**Problem details**
All of the entries need to be copied character for character.

**Data**

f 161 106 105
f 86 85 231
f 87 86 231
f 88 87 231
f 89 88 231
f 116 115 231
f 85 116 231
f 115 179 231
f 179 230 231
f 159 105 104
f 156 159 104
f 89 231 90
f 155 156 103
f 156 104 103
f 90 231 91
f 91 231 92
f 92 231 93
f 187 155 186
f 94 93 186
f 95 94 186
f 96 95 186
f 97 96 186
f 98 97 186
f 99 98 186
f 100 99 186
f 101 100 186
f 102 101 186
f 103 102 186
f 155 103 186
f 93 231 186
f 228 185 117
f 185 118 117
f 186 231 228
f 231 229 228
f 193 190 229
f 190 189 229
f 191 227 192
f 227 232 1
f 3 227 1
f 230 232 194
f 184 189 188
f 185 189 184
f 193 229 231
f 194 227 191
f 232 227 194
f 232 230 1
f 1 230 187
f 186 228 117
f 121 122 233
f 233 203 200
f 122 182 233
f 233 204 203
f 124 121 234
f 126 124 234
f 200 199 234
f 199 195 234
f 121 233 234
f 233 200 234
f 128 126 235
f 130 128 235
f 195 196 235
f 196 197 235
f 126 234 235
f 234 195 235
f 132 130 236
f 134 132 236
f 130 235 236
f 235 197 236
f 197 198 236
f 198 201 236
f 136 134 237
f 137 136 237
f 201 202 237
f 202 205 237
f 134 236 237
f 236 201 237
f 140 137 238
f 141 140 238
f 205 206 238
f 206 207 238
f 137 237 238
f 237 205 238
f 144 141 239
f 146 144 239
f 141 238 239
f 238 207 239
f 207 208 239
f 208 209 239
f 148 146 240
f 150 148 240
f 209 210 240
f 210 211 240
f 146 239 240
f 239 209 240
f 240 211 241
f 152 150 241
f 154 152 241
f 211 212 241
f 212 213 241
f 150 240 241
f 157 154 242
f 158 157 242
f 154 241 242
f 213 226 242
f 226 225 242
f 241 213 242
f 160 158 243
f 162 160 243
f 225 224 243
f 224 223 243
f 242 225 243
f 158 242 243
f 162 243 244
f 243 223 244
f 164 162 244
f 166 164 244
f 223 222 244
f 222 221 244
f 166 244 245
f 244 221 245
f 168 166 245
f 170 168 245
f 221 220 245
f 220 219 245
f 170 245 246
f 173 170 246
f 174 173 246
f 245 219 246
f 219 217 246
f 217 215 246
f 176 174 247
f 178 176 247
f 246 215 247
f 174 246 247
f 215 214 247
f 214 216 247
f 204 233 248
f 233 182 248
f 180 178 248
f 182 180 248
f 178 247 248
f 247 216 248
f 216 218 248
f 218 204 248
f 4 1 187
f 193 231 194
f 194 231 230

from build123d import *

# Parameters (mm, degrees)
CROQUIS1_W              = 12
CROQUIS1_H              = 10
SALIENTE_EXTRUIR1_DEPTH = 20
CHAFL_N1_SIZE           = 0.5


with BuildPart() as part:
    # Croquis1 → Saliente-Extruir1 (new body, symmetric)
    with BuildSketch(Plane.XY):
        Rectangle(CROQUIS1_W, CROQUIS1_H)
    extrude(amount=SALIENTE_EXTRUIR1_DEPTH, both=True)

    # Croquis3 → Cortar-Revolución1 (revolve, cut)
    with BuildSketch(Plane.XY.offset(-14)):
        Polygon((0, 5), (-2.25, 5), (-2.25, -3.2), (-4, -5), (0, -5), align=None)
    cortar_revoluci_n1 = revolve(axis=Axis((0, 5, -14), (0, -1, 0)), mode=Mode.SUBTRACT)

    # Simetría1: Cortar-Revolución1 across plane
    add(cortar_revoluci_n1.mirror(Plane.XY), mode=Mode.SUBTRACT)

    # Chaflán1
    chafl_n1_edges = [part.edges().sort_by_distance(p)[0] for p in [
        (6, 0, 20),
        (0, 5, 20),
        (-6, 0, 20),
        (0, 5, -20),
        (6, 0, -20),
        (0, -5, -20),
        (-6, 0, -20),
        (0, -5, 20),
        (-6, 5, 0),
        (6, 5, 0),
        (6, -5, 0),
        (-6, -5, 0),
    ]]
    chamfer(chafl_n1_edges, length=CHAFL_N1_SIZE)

**Reply to the task**
f 161 106 105
f 86 85 231
f 87 86 231
f 88 87 231
f 89 88 231
f 116 115 231
f 85 116 231
f 115 179 231
f 179 230 231
f 159 105 104
f 156 159 104
f 89 231 90
f 155 156 103
f 156 104 103
f 90 231 91
f 91 231 92
f 92 231 93
f 187 155 186
f 94 93 186
f 95 94 186
f 96 95 186
f 97 96 186
f 98 97 186
f 99 98 186
f 100 99 186
f 101 100 186
f 102 101 186
f 103 102 186
f 155 103 186
f 93 231 186
f 228 185 117
f 185 118 117
f 186 231 228
f 231 229 228
f 193 190 229
f 190 189 229
f 191 227 192
f 227 232 1
f 3 227 1
f 230 232 194
f 184 189 188
f 185 189 184
f 193 229 231
f 194 227 191
f 232 227 194
f 232 230 1
f 1 230 187
f 186 228 117
f 121 122 233
f 233 203 200
f 122 182 233
f 233 204 203
f 124 121 234
f 126 124 234
f 200 199 234
f 199 195 234
f 121 233 234
f 233 200 234
f 128 126 235
f 130 128 235
f 195 196 235
f 196 197 235
f 126 234 235
f 234 195 235
f 132 130 236
f 134 132 236
f 130 235 236
f 235 197 236
f 197 198 236
f 198 201 236
f 136 134 237
f 137 136 237
f 201 202 237
f 202 205 237
f 134 236 237
f 236 201 237
f 140 137 238
f 141 140 238
f 205 206 238
f 206 207 238
f 137 237 238
f 237 205 238
f 144 141 239
f 146 144 239
f 141 238 239
f 238 207 239
f 207 208 239
f 208 209 239
f 148 146 240
f 150 148 240
f 209 210 240
f 210 211 240
f 146 239 240
f 239 209 240
f 240 211 241
f 152 150 241
f 154 152 241
f 211 212 241
f 212 213 241
f 150 240 241
f 157 154 242
f 158 157 242
f 154 241 242
f 213 226 242
f 226 225 242
f 241 213 242
f 160 158 243
f 162 160 243
f 225 224 243
f 224 223 243
f 242 225 243
f 158 242 243
f 162 243 244
f 243 223 244
f 164 162 244
f 166 164 244
f 223 222 244
f 222 221 244
f 166 244 245
f 244 221 245
f 168 166 245
f 170 168 245
f 221 220 245
f 220 219 245
f 170 245 246
f 173 170 246
f 174 173 246
f 245 219 246
f 219 217 246
f 217 215 246
f 176 174 247
f 178 176 247
f 246 215 247
f 174 246 247
f 215 214 247
f 214 216 247
f 204 233 248
f 233 182 248
f 180 178 248
f 182 180 248
f 178 247 248
f 247 216 248
f 216 218 248
f 218 204 248
f 4 1 187
f 193 231 194
f 194 231 230

from build123d import *

# Parameters (mm, degrees)
CROQUIS1_W              = 12
CROQUIS1_H              = 10
SALIENTE_EXTRUIR1_DEPTH = 20
CHAFL_N1_SIZE           = 0.5


with BuildPart() as part:
    # Croquis1 → Saliente-Extruir1 (new body, symmetric)
    with BuildSketch(Plane.XY):
        Rectangle(CROQUIS1_W, CROQUIS1_H)
    extrude(amount=SALIENTE_EXTRUIR1_DEPTH, both=True)

    # Croquis3 → Cortar-Revolución1 (revolve, cut)
    with BuildSketch(Plane.XY.offset(-14)):
        Polygon((0, 5), (-2.25, 5), (-2.25, -3.2), (-4, -5), (0, -5), align=None)
    cortar_revoluci_n1 = revolve(axis=Axis((0, 5, -14), (0, -1, 0)), mode=Mode.SUBTRACT)

    # Simetría1: Cortar-Revolución1 across plane
    add(cortar_revoluci_n1.mirror(Plane.XY), mode=Mode.SUBTRACT)

    # Chaflán1
    chafl_n1_edges = [part.edges().sort_by_distance(p)[0] for p in [
        (6, 0, 20),
        (0, 5, 20),
        (-6, 0, 20),
        (0, 5, -20),
        (6, 0, -20),
        (0, -5, -20),
        (-6, 0, -20),
        (0, -5, 20),
        (-6, 5, 0),
        (6, 5, 0),
        (6, -5, 0),
        (-6, -5, 0),
    ]]
    chamfer(chafl_n1_edges, length=CHAFL_N1_SIZE)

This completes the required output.